## AIM OF THE TASK
When you reach the line with "f 140 139 418" in the listing below, transcribe it and each line after it up to and including the line with "(0.074792783, 7.138219548), align=None)", exactly and with nothing else.

---------- INPUT RECORDS ----------

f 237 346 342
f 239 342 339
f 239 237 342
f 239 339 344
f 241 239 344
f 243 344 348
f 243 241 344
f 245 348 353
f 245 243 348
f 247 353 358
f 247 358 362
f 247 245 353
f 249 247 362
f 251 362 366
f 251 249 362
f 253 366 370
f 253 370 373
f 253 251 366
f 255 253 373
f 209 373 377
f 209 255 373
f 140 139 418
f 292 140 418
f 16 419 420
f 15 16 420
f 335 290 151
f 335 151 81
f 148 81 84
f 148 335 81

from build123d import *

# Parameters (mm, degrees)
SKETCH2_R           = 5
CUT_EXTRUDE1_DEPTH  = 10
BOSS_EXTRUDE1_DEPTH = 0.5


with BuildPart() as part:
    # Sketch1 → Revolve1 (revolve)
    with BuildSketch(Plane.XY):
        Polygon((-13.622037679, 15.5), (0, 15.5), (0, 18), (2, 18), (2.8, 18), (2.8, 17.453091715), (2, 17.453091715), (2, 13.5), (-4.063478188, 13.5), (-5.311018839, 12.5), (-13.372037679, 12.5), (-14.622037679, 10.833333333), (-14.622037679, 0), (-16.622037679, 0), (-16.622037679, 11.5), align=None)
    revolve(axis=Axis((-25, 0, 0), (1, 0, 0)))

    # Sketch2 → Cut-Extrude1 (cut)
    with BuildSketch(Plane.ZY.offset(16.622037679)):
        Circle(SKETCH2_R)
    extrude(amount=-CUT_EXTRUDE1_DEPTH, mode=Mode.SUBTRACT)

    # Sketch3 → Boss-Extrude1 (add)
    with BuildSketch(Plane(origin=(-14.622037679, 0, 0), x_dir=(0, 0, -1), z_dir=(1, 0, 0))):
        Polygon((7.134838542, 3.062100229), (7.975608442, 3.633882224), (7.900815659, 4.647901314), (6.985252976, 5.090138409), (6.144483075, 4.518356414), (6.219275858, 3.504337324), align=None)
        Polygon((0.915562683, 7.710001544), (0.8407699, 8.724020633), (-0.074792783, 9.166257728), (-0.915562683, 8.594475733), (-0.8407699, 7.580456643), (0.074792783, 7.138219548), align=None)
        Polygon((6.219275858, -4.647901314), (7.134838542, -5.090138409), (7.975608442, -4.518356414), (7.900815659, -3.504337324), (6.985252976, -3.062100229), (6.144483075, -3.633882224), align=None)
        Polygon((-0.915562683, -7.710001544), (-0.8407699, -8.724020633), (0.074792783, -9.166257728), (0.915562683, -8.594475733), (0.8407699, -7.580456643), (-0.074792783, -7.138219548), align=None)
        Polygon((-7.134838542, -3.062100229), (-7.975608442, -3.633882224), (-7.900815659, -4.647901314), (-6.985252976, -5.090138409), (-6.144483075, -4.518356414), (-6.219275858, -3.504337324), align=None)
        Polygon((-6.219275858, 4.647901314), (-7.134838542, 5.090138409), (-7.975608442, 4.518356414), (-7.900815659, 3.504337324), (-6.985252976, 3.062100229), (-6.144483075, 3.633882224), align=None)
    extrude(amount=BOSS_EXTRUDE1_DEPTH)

----------

## ANSWER SECTION
f 140 139 418
f 292 140 418
f 16 419 420
f 15 16 420
f 335 290 151
f 335 151 81
f 148 81 84
f 148 335 81

from build123d import *

# Parameters (mm, degrees)
SKETCH2_R           = 5
CUT_EXTRUDE1_DEPTH  = 10
BOSS_EXTRUDE1_DEPTH = 0.5


with BuildPart() as part:
    # Sketch1 → Revolve1 (revolve)
    with BuildSketch(Plane.XY):
        Polygon((-13.622037679, 15.5), (0, 15.5), (0, 18), (2, 18), (2.8, 18), (2.8, 17.453091715), (2, 17.453091715), (2, 13.5), (-4.063478188, 13.5), (-5.311018839, 12.5), (-13.372037679, 12.5), (-14.622037679, 10.833333333), (-14.622037679, 0), (-16.622037679, 0), (-16.622037679, 11.5), align=None)
    revolve(axis=Axis((-25, 0, 0), (1, 0, 0)))

    # Sketch2 → Cut-Extrude1 (cut)
    with BuildSketch(Plane.ZY.offset(16.622037679)):
        Circle(SKETCH2_R)
    extrude(amount=-CUT_EXTRUDE1_DEPTH, mode=Mode.SUBTRACT)

    # Sketch3 → Boss-Extrude1 (add)
    with BuildSketch(Plane(origin=(-14.622037679, 0, 0), x_dir=(0, 0, -1), z_dir=(1, 0, 0))):
        Polygon((7.134838542, 3.062100229), (7.975608442, 3.633882224), (7.900815659, 4.647901314), (6.985252976, 5.090138409), (6.144483075, 4.518356414), (6.219275858, 3.504337324), align=None)
        Polygon((0.915562683, 7.710001544), (0.8407699, 8.724020633), (-0.074792783, 9.166257728), (-0.915562683, 8.594475733), (-0.8407699, 7.580456643), (0.074792783, 7.138219548), align=None)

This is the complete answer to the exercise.